Your assignment:
The listing below contains a span that opens with the line containing "#123=CARTESIAN_POINT('',(-5.212338,-60.386287,-139.952329));" and closes with the line containing "#126=CARTESIAN_POINT('',(18.202075,-58.161377,-139.952329));". Return that span exactly.

The records:
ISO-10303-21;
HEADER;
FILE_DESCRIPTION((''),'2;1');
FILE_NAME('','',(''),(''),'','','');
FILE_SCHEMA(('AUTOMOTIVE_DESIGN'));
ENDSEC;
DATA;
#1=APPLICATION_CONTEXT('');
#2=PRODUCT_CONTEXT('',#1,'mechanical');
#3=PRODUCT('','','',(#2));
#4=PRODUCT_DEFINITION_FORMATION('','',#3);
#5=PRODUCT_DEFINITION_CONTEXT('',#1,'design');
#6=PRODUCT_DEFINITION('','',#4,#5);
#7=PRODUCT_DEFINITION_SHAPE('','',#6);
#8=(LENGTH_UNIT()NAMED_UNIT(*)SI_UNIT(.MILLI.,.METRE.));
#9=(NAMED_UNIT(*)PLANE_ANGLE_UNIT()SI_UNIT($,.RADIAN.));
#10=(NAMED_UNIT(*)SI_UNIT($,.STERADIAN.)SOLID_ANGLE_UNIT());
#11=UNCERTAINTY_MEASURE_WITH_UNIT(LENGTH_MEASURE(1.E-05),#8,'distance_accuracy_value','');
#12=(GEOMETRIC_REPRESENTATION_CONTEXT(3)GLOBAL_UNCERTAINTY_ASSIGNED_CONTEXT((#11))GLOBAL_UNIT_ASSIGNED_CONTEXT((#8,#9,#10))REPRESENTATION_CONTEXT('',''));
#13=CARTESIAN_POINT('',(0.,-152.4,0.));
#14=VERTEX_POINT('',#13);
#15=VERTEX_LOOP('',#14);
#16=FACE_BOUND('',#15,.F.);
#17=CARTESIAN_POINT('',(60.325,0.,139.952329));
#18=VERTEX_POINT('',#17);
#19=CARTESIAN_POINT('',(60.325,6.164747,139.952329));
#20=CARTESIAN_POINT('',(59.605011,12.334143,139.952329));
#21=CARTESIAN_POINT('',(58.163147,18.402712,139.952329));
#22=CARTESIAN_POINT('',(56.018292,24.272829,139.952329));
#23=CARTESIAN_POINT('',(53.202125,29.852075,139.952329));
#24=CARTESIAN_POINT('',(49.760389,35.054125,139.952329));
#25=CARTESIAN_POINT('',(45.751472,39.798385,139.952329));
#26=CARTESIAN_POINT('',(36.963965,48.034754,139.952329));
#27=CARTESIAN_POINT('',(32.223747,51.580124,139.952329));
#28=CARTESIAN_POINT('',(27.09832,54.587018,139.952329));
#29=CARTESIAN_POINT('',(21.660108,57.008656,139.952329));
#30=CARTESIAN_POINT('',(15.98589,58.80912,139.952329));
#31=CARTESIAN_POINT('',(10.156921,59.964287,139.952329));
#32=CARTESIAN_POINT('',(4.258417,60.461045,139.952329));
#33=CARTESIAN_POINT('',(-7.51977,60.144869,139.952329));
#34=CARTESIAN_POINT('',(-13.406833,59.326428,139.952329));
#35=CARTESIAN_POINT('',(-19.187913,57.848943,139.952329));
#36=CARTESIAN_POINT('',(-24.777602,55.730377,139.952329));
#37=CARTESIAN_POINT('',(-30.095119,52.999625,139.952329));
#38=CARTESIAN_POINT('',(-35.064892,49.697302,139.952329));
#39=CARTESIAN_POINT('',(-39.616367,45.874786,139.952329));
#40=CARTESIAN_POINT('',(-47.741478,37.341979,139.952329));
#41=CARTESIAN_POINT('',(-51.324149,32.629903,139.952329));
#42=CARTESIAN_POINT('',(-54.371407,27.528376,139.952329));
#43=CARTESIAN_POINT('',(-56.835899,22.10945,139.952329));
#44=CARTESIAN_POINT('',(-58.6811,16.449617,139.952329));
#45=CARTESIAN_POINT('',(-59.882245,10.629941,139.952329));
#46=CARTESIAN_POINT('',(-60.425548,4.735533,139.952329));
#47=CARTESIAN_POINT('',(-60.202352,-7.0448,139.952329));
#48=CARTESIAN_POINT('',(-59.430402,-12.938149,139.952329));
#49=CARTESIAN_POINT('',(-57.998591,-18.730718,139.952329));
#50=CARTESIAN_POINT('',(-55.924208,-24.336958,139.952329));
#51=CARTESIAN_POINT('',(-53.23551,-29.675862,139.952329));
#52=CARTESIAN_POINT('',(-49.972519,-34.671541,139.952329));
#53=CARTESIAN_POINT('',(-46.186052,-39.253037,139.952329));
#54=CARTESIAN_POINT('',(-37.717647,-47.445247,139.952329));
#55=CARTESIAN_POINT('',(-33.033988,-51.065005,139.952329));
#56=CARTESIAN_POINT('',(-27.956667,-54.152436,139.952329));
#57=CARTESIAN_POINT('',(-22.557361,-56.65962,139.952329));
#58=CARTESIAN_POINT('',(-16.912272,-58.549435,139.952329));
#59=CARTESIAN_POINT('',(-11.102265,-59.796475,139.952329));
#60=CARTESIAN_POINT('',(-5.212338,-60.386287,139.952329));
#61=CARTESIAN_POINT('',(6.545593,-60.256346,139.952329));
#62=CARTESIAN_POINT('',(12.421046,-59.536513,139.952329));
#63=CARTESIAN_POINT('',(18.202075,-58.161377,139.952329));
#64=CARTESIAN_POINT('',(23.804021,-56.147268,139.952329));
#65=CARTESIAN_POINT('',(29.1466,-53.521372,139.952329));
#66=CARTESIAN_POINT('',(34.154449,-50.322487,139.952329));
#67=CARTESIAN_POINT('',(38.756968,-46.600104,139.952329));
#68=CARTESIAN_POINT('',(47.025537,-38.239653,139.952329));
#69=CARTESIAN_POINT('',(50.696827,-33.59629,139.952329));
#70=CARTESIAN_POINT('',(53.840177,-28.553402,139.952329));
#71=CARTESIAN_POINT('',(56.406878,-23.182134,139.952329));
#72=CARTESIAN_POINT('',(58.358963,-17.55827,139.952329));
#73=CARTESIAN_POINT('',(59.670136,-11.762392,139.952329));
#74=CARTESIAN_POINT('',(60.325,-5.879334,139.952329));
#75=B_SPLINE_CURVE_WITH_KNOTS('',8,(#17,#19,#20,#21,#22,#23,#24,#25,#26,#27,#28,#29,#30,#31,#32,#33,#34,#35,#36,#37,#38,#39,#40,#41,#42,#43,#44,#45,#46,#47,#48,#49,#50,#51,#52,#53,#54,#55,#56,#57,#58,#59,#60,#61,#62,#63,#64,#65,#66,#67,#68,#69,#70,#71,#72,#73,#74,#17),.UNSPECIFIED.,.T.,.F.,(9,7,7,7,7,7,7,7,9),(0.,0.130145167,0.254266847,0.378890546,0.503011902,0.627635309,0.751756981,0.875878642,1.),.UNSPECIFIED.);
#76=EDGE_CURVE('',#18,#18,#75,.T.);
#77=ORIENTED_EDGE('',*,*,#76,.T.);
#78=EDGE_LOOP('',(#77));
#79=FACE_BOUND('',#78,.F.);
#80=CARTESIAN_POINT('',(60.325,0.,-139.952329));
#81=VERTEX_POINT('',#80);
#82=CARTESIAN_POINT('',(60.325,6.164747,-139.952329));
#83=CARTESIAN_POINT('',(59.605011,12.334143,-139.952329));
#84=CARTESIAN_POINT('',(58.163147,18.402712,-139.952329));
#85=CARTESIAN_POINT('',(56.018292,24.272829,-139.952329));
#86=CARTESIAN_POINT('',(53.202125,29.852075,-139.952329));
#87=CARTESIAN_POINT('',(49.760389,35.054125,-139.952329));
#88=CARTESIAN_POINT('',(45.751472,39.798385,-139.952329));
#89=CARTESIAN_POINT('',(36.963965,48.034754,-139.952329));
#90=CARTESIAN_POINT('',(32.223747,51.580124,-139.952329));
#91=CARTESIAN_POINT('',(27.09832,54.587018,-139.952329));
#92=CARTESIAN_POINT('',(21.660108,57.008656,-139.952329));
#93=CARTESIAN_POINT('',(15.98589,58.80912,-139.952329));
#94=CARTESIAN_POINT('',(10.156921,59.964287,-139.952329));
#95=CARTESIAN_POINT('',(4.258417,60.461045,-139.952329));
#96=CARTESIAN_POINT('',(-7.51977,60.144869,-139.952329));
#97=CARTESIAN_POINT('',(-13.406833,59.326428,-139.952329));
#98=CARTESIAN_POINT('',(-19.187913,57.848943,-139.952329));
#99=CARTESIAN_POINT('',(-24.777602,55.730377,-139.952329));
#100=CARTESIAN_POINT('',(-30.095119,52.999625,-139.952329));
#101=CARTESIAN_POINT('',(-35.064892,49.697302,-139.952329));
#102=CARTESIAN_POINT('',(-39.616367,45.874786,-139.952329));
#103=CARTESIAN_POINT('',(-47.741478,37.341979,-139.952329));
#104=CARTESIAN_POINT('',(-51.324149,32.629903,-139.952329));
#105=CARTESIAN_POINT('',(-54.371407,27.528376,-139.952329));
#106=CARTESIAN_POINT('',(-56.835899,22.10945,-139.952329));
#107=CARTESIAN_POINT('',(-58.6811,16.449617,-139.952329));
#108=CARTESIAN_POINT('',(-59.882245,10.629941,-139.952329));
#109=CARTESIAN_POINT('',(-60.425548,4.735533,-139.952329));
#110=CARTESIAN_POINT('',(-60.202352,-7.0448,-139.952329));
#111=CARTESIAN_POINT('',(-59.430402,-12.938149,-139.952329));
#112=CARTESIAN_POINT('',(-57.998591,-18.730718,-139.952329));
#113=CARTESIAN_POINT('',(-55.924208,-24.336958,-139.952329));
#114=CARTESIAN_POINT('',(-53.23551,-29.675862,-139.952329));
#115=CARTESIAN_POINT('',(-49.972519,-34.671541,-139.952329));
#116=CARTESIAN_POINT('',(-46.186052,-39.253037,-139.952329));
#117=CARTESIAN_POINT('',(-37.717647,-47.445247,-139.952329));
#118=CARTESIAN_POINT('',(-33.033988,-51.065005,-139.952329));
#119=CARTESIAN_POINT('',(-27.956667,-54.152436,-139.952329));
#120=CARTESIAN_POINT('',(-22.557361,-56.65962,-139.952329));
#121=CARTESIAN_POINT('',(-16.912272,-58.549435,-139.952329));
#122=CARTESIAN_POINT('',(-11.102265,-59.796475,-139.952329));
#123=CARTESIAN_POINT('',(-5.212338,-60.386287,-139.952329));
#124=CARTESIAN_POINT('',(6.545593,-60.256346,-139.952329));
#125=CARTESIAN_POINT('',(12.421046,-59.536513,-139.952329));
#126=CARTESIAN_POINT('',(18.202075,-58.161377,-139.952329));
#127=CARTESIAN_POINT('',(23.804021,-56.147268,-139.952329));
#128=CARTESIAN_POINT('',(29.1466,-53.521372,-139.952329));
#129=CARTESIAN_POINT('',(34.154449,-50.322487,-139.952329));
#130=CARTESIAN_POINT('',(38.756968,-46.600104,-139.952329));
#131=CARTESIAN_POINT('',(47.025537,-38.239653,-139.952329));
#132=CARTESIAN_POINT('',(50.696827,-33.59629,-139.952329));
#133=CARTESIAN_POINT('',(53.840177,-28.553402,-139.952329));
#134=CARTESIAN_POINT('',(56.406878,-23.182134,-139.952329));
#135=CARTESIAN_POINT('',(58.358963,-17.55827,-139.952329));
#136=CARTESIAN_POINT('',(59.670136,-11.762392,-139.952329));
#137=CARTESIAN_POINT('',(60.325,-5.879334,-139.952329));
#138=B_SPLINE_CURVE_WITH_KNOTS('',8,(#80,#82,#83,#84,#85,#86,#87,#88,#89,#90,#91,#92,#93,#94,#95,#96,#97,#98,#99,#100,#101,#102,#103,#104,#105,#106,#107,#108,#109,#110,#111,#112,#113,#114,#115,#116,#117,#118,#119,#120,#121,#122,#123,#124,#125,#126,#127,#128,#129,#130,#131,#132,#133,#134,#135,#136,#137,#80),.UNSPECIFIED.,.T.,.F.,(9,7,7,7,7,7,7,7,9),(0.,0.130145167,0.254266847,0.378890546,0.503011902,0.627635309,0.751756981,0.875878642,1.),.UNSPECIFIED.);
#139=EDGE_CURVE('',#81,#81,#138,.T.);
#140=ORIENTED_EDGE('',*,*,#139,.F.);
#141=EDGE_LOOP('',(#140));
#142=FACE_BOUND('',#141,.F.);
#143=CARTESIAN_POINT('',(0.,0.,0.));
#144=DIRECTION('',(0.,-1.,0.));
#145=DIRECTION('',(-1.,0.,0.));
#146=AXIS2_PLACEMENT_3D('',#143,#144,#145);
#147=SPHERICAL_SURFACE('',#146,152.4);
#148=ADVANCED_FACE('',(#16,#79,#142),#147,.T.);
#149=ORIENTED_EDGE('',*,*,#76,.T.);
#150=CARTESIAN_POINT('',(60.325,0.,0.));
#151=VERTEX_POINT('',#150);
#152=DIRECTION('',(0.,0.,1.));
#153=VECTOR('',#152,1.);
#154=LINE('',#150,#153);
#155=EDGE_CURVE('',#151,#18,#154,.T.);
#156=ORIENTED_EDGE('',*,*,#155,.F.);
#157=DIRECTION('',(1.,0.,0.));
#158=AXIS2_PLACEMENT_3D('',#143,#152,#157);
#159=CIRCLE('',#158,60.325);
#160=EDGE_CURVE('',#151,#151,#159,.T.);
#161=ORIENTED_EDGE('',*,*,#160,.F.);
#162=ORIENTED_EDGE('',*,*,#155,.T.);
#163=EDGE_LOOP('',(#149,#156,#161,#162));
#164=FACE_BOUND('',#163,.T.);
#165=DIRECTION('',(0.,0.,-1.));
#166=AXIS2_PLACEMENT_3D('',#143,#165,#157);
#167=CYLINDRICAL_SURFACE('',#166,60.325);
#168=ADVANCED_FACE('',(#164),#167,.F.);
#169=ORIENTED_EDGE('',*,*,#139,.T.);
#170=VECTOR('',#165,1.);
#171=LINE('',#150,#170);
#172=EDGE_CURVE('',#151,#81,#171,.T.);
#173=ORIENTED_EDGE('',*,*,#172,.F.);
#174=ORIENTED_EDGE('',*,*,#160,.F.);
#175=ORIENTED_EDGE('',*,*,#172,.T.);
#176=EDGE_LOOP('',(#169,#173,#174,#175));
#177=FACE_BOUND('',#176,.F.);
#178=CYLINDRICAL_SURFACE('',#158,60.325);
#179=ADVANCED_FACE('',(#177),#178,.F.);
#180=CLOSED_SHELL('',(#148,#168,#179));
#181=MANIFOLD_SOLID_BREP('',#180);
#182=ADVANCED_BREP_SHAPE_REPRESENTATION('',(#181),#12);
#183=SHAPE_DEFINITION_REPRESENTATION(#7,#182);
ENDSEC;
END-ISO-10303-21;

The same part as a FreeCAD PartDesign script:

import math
import FreeCAD as App
import Part
import Sketcher

V = App.Vector
Q = App.Units.Quantity

doc = App.newDocument("Part")
body = doc.addObject("PartDesign::Body", "Body")

sketch1 = doc.addObject("Sketcher::SketchObject", "Sketch")
body.addObject(sketch1)
sketch1.AttachmentSupport = (doc.XY_Plane, [""])
sketch1.MapMode = "FlatFace"
sketch1.addGeometry(Part.LineSegment(V(0, -152.4, 0), V(0, 152.4, 0)), False)
sketch1.addGeometry(Part.ArcOfCircle(Part.Circle(V(0, 0, 0), V(0, 0, 1), 152.4), math.radians(90), math.radians(270)), False)
sketch1.addConstraint(Sketcher.Constraint("Coincident", 0, 1, 1, 2))
sketch1.addConstraint(Sketcher.Constraint("Coincident", 1, 1, 0, 2))
sketch1.addConstraint(Sketcher.Constraint("Vertical", 0))
sketch1.addConstraint(Sketcher.Constraint("Coincident", 1, 3, -1, 1))
sketch1.addConstraint(Sketcher.Constraint("PointOnObject", 0, 1, -2))
sketch1.addConstraint(Sketcher.Constraint("Radius", 1, Q("6 in")))
revolution = doc.addObject("PartDesign::Revolution", "Revolution")
body.addObject(revolution)
revolution.Profile = sketch1
revolution.ReferenceAxis = (sketch1, ["V_Axis"])
revolution.Angle = 360

sketch2 = doc.addObject("Sketcher::SketchObject", "Sketch001")
body.addObject(sketch2)
sketch2.AttachmentSupport = (doc.XY_Plane, [""])
sketch2.MapMode = "FlatFace"
sketch2.addGeometry(Part.Circle(V(0, 0, 0), V(0, 0, 1), 60.325), False)
sketch2.addConstraint(Sketcher.Constraint("Coincident", 0, 3, -1, 1))
sketch2.addConstraint(Sketcher.Constraint("Diameter", 0, Q("4.75 in")))
pocket1 = doc.addObject("PartDesign::Pocket", "Pocket")
body.addObject(pocket1)
pocket1.Profile = sketch2
pocket1.Type = "ThroughAll"
pocket1.Midplane = True

doc.recompute()
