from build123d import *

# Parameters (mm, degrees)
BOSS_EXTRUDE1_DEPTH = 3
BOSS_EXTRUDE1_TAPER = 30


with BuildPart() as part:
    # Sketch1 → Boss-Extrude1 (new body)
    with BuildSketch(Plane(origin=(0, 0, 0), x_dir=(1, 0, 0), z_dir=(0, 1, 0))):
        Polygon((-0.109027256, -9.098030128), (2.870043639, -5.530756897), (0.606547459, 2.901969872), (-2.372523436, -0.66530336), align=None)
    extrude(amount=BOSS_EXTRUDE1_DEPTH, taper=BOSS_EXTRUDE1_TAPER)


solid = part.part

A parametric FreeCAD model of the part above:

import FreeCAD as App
import Part
import Sketcher

V = App.Vector
Q = App.Units.Quantity

doc = App.newDocument("Part")
params = doc.addObject("Spreadsheet::Sheet", "Params")
for row, (alias, value) in enumerate([
    ("pad1_length", "3 mm"),
    ("pad1_taper", "-30 deg"),
], start=1):
    params.set(f"A{row}", alias)
    params.set(f"B{row}", "=" + value)
    params.setAlias(f"B{row}", alias)

body = doc.addObject("PartDesign::Body", "Body")

# Sketch on XZ plane
sketch1 = body.newObject("Sketcher::SketchObject", "Sketch")
sketch1.AttachmentSupport = (doc.getObject("XZ_Plane"), [""])
sketch1.MapMode = "FlatFace"
sketch1.addGeometry([
    Part.LineSegment(V(-0.1, 9.1, 0), V(2.9, 5.5, 0)),
    Part.LineSegment(V(2.9, 5.5, 0), V(0.6, -2.9, 0)),
    Part.LineSegment(V(0.6, -2.9, 0), V(-2.4, 0.7, 0)),
    Part.LineSegment(V(-2.4, 0.7, 0), V(-0.1, 9.1, 0)),
], False)
sketch1.addConstraint([
    Sketcher.Constraint("Coincident", 0, 2, 1, 1),
    Sketcher.Constraint("Coincident", 1, 2, 2, 1),
    Sketcher.Constraint("Coincident", 2, 2, 3, 1),
    Sketcher.Constraint("Coincident", 3, 2, 0, 1),
    Sketcher.Constraint("Parallel", 0, 2),
    Sketcher.Constraint("Parallel", 1, 3),
    Sketcher.Constraint("DistanceY", 1, 2, 3, 2, Q("12 mm")),
    Sketcher.Constraint("DistanceY", 1, 2, -1, 1, Q("2.90197 mm")),
    Sketcher.Constraint("DistanceX", 2, 2, 1, 2, Q("2.979071 mm")),
    Sketcher.Constraint("Distance", 0, Q("4.647612 mm")),
    Sketcher.Constraint("Distance", 1, Q("8.731225 mm")),
    Sketcher.Constraint("DistanceX", -1, 1, 0, 2, Q("2.870044 mm")),
])
pad1 = body.newObject("PartDesign::Pad", "Pad")
pad1.Profile = sketch1
pad1.setExpression("Length", "Params.pad1_length")
pad1.Reversed = True
pad1.setExpression("TaperAngle", "Params.pad1_taper")

doc.recompute()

Exercise response:
#123=CARTESIAN_POINT('',(-5.212338,-60.386287,-139.952329));
#124=CARTESIAN_POINT('',(6.545593,-60.256346,-139.952329));
#125=CARTESIAN_POINT('',(12.421046,-59.536513,-139.952329));
#126=CARTESIAN_POINT('',(18.202075,-58.161377,-139.952329));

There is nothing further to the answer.